The old shaman enjoyed teaching Ayla. She was bright and quick to learn, but even more, her pleasure at learning was so transparent. Her face showed her feelings as he explained, her curiosity and interest, and her sheer wonder when she comprehended.
“I never would have thought of that! Can anyone learn this knowledge?” she asked.
“Some knowledge is sacred, and only those pledged to the Mammoth Hearth may be told, but most things can be learned by anyone who shows an interest. It often turns out that those who show great interest eventually dedicate themselves to the Mammoth Hearth. The sacred knowledge is often hidden behind a second meaning, or even a third meaning. Most people know this”—he drew another circle on the ivory—“means ‘all,’ but it has another meaning. There are many symbols for the Great Mother, this is one of them. It means Mut, the Creator of All Life. Many other lines and shapes have meaning,” he continued. “This means ‘water,’ ” he said, drawing a zigzag line.
“That was on the map, when we hunted the bison,” she said. “I think it meant river.”

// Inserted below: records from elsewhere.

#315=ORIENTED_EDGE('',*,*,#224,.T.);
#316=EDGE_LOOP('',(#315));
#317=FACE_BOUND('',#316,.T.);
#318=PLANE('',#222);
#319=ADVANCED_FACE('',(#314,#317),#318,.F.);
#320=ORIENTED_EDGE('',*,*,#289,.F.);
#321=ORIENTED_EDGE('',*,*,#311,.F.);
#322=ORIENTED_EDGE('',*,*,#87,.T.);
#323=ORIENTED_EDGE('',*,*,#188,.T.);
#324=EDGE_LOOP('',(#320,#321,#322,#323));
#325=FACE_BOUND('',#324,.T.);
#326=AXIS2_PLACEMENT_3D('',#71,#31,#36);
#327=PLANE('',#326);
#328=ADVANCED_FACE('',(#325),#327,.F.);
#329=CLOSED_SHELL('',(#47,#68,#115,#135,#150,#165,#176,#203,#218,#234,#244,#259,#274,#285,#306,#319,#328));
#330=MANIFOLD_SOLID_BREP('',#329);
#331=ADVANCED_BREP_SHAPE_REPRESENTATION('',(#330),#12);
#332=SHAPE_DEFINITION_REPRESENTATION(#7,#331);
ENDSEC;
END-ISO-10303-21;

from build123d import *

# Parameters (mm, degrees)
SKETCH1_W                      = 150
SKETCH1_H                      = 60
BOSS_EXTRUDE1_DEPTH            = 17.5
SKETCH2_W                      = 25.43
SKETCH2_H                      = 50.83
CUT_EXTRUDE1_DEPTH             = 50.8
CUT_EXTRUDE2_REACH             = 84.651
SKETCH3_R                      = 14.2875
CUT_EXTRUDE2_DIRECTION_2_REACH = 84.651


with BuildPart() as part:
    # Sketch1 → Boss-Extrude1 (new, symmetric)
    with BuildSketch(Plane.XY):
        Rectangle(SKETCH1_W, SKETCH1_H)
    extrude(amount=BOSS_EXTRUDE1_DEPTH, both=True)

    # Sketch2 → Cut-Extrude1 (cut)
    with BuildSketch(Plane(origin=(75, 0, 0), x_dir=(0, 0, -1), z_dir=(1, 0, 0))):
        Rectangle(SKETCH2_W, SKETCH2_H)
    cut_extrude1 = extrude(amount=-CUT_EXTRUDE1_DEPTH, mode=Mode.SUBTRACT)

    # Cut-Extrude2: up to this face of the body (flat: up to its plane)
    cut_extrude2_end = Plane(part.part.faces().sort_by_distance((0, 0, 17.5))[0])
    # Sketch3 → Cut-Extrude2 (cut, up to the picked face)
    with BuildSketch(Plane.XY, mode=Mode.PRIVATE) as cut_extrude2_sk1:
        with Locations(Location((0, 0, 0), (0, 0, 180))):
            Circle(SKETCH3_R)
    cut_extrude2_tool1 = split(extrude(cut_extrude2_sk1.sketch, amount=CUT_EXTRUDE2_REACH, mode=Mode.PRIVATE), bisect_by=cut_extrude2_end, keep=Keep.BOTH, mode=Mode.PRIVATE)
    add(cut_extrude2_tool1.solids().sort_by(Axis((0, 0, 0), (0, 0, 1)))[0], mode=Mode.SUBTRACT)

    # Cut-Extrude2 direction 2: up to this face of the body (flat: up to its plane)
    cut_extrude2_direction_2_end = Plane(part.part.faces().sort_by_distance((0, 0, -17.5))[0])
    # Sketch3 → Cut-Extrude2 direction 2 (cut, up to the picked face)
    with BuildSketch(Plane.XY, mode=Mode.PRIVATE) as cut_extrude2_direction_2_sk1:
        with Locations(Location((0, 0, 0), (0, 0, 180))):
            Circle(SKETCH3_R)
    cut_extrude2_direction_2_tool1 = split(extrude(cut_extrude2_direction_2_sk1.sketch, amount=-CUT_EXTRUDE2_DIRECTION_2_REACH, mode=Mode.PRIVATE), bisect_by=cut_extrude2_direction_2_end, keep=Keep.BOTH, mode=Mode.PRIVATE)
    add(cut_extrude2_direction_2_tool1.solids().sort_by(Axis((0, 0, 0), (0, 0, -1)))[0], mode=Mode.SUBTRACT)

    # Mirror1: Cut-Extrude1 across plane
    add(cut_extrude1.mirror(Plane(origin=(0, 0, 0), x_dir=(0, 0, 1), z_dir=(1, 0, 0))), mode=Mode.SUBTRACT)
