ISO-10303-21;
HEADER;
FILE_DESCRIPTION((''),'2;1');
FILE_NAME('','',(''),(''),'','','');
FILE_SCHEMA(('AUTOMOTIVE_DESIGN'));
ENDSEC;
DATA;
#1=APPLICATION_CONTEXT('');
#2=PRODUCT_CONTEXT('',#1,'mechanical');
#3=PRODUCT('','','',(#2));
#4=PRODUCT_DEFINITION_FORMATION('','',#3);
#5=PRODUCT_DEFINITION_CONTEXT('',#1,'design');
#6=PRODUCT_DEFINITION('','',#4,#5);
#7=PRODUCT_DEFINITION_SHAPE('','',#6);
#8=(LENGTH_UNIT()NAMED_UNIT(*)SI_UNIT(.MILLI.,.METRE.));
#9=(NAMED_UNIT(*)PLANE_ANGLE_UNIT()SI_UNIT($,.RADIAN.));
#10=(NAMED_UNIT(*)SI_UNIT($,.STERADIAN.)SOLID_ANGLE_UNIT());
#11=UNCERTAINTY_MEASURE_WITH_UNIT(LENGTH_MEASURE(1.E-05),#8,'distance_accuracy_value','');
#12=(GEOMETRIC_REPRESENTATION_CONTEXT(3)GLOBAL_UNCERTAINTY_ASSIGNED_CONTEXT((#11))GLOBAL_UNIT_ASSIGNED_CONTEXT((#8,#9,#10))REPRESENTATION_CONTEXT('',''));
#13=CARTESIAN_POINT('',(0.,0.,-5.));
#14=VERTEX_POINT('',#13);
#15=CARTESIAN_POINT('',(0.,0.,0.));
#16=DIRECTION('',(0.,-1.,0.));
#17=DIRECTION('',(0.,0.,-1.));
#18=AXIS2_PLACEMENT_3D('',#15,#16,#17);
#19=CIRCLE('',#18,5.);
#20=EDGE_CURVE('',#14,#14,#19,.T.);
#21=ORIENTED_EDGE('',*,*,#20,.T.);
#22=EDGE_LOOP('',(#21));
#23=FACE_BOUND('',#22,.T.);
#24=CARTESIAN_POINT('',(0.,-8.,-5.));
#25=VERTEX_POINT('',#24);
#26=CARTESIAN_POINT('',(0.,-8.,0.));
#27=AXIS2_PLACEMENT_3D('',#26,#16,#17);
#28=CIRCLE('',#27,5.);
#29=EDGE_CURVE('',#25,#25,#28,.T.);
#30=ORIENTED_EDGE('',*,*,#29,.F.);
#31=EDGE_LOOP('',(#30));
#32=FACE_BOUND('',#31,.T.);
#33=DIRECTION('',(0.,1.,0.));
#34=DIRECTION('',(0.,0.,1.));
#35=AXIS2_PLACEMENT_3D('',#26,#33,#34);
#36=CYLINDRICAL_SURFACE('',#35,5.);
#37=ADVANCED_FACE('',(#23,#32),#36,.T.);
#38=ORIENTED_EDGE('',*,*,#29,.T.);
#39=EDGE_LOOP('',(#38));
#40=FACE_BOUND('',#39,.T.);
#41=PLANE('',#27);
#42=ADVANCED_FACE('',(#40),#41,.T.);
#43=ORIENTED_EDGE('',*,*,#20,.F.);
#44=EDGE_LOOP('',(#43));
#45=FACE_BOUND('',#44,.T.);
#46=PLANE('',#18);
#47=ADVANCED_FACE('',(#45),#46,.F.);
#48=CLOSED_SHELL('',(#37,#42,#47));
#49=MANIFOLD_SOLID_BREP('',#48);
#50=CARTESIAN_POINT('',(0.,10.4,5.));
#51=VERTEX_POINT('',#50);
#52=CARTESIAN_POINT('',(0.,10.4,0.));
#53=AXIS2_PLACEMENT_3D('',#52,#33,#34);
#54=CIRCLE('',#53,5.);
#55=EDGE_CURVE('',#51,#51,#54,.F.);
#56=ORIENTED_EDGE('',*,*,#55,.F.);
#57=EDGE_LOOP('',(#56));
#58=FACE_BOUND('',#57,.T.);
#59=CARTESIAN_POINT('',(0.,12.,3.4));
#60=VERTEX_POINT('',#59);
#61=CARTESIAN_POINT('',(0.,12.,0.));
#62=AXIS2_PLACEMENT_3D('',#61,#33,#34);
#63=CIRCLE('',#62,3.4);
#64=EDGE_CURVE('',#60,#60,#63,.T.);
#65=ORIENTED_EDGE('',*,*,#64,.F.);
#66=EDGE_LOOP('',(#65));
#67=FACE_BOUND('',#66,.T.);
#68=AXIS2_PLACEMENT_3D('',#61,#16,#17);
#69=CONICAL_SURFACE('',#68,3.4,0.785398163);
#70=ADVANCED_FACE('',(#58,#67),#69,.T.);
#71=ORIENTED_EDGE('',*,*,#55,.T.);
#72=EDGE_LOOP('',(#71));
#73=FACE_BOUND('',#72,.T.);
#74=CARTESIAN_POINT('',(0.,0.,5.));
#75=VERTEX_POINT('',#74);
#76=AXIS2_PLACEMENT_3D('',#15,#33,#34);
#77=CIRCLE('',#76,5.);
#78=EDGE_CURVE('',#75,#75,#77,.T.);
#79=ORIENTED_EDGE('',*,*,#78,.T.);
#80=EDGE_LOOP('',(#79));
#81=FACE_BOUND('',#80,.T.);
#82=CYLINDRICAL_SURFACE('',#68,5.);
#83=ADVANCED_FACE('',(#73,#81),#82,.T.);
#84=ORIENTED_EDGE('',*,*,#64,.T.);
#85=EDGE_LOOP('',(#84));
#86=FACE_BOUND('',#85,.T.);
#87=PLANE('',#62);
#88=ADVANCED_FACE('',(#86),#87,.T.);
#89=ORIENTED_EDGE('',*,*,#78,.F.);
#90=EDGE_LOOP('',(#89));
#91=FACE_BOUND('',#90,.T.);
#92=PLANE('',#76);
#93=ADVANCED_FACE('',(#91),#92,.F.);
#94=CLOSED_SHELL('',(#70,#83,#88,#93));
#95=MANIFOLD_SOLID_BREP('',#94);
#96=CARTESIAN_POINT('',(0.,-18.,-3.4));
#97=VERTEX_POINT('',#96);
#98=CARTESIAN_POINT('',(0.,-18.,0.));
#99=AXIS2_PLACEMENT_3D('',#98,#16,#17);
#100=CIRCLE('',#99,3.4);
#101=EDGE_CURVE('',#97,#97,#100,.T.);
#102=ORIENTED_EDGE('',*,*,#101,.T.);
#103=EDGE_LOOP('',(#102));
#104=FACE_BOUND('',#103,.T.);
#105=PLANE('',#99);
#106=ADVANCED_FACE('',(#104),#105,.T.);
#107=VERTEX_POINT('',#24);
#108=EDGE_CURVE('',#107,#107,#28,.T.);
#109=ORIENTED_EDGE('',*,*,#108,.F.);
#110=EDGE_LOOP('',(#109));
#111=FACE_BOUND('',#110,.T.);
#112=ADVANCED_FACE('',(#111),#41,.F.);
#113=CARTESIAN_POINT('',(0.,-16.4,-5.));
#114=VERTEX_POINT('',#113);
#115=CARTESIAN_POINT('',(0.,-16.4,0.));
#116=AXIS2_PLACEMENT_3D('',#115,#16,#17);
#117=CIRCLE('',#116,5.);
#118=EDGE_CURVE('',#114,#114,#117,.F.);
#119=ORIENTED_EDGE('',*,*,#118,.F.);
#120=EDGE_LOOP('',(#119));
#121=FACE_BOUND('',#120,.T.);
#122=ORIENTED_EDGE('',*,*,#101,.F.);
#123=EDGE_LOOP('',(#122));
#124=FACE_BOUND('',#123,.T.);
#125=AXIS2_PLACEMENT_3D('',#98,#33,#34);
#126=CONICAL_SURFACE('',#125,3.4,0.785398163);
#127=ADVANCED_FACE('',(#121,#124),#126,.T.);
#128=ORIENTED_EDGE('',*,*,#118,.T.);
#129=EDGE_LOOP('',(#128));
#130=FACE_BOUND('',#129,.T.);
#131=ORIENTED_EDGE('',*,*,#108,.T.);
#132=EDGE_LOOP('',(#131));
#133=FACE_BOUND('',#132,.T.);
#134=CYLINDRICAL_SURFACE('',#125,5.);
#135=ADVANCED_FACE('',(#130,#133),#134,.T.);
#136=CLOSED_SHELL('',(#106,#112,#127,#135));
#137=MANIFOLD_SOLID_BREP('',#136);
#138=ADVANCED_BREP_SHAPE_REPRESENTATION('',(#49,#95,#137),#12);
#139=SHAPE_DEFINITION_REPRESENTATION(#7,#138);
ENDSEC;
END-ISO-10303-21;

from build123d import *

# Parameters (mm, degrees)
SKETCH_1_R      = 5
EXTRUDE_1_DEPTH = 12
SKETCH_2_R      = 5
EXTRUDE_2_DEPTH = 8
EXTRUDE_START   = 10
SKETCH_3_R      = 5
EXTRUDE_3_DEPTH = 10
CHAMFER_2_SIZE  = 1.6
CHAMFER_3_SIZE  = 1.6


with BuildPart() as part:
    # Эскиз1 → Бобышка-Вытянуть1 (new body)
    with BuildSketch(Plane(origin=(0, 0, 0), x_dir=(1, 0, 0), z_dir=(0, 1, 0))):
        with Locations(Location((0, 0, 0), (0, 0, 270))):
            Circle(SKETCH_1_R)
    extrude(amount=EXTRUDE_1_DEPTH)

    # Фаска2
    chamfer_2_edges = [part.edges().sort_by_distance(p)[0] for p in [
        (0, 12, -5),
    ]]
    chamfer(chamfer_2_edges, length=CHAMFER_2_SIZE)


with BuildPart() as body_2:
    # Эскиз2 → Бобышка-Вытянуть2 (new body)
    with BuildSketch(Plane.XZ):
        with Locations(Location((0, 0, 0), (0, 0, 270))):
            Circle(SKETCH_2_R)
    extrude(amount=EXTRUDE_2_DEPTH)


with BuildPart() as body_3:
    # Эскиз3 → Бобышка-Вытянуть3 (new body)
    with BuildSketch(Plane.XZ.offset(8).offset(EXTRUDE_START)):
        with Locations(Location((0, 0, 0), (0, 0, 270))):
            Circle(SKETCH_3_R)
    extrude(amount=-EXTRUDE_3_DEPTH)

    # Фаска3
    chamfer_3_edges = [body_3.edges().sort_by_distance(p)[0] for p in [
        (0, -18, 5),
    ]]
    chamfer(chamfer_3_edges, length=CHAMFER_3_SIZE)


solid = Compound([part.part, body_2.part, body_3.part])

“Yes, it can mean river. How it is drawn, or where it is drawn, or what it is drawn with can change the meaning. If it is like this,” he said, making another zigzag with some additional lines, “it means the water is not drinkable. And like the circle, it has a second meaning. It is the symbol for feelings, passions, for love, and sometimes for hate. It c
an also be a reminder for a saying we have: the river runs silent when the water is deep.”
Ayla frowned, sensing some meaning for her in the saying.

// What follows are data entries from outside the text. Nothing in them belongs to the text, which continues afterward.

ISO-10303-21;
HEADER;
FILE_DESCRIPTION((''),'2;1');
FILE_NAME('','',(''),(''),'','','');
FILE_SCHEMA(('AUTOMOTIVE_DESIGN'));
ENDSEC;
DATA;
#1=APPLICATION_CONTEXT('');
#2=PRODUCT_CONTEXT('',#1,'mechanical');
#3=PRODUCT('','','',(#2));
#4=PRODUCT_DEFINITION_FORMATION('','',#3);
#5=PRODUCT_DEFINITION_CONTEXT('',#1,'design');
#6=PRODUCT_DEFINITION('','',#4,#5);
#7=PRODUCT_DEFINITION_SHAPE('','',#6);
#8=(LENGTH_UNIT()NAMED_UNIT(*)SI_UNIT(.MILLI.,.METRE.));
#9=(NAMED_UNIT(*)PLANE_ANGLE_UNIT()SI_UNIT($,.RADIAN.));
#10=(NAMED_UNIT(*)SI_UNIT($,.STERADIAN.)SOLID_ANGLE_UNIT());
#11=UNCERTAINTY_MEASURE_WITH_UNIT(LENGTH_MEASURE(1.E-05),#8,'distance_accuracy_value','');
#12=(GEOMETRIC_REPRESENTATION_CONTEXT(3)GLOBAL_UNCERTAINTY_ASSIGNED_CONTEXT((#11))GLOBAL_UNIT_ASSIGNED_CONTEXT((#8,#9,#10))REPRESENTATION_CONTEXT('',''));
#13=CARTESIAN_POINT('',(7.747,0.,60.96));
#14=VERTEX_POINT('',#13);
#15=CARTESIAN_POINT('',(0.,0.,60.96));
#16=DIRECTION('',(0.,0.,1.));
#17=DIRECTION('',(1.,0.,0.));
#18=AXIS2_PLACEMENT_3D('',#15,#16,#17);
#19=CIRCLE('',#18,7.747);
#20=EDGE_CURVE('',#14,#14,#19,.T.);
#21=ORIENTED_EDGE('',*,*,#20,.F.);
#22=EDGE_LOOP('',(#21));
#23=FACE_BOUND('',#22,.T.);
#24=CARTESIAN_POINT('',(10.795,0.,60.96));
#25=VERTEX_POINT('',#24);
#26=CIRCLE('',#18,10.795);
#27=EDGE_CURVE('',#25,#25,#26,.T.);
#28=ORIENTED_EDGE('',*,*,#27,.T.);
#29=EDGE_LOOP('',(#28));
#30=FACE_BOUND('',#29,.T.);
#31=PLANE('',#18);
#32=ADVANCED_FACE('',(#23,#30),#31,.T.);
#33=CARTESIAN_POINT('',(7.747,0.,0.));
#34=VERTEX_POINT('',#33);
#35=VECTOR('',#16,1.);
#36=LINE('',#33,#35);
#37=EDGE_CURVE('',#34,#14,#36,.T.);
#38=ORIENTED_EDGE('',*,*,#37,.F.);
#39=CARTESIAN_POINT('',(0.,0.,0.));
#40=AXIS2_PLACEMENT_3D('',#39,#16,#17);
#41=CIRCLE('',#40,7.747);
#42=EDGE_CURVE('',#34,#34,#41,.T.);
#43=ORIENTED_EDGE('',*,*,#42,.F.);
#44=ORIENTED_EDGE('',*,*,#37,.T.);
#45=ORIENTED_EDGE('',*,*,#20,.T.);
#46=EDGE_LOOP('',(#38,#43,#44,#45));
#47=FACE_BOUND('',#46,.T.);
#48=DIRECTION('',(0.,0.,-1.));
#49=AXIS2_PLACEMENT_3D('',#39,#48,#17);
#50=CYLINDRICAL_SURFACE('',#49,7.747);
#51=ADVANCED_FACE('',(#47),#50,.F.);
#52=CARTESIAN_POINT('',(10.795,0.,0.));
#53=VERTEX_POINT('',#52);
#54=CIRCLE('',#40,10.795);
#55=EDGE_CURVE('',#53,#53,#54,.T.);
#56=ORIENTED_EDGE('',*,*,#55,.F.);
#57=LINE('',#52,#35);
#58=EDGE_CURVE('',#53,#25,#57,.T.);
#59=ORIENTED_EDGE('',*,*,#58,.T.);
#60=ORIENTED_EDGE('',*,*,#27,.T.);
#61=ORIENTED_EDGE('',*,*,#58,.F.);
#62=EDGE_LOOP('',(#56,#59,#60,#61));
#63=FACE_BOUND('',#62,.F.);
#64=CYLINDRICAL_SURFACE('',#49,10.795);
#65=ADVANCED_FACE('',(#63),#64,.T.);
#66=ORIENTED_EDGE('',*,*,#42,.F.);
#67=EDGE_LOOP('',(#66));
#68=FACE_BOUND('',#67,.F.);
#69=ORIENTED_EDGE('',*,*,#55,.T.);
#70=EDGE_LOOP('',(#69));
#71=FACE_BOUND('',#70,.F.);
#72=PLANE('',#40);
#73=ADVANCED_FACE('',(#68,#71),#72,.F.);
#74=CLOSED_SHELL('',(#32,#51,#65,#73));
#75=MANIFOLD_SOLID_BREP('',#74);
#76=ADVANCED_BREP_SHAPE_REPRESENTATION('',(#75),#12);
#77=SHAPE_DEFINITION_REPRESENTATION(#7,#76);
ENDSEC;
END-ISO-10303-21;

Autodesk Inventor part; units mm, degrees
ref_plane "YZ Plane" through (0, 0, 0) normal (1, 0, 0) x (0, 1, 0)
ref_plane "XZ Plane" through (0, 0, 0) normal (0, 1, 0) x (-1, 0, 0)
ref_plane "XY Plane" through (0, 0, 0) normal (0, 0, 1) x (1, 0, 0)
sketch "Sketch1" plane through (0, 0, 0) normal (0, 0, 1) x (1, 0, 0)
  circle A0 centre (0, 0) radius 7.747
  circle A1 centre (0, 0) radius 10.795
  dimension "d0" = 21.59
  dimension "d2" = 15.494
extrude "Extrusion1" add sketch "Sketch1" along normal blind 60.96
properties part number "2.4 Pipe" material "PVC-Piping"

“Most Healers give the symbols meanings to help them remember, like reminders for sayings, except the sayings are about medicine or healing, and are not usually understood by anyone else,” Mamut said. “I don’t know many of them, but when we go to the Summer Meeting, you will meet other Healers. They can tell you more.”
Ayla was interested. She remembered meeting other medicine women at the Clan Gathering, and how much she had learned from them. They had shared their treatments and remedies, even taught her new rhythms, but best of all was having other people to share experiences with. “I would like to learn more,” she said. “I know only Clan medicine.”
“I think you have more knowledge than you know, Ayla, certainly more than many of the Healers there will believe, at first. Some could learn from you, but I hope you understand that it may take some time before you are completely accepted.” The old man watched her frown again, and wished there was some way he could ease her initial introduction. He could think of several reasons why it would not be easy for her to meet other Mamutoi, especially in large numbers. But no need to worry about that yet, he thought, and shifted the subject. “There is something about Clan medicine I’d like to ask you. Is it all just the ‘memories’? Or do you have ways to help you remember?”
“How plants look, in seed, and shoot, and ripe; where they grow; what they are good for; how to mix, prepare and use them; that is from memory. Other kinds of treatments are remembered, too. I think about a new way to use something, but that is because I know how to use it,” she said.
“Don’t you use any symbols or reminders?”
Ayla thought for a moment, then smiling, got up and brought back her medicine bag. She dumped out the contents in front of her, an assortment of small pouches and packets carefully tied with cords and small thongs. She picked up two of them.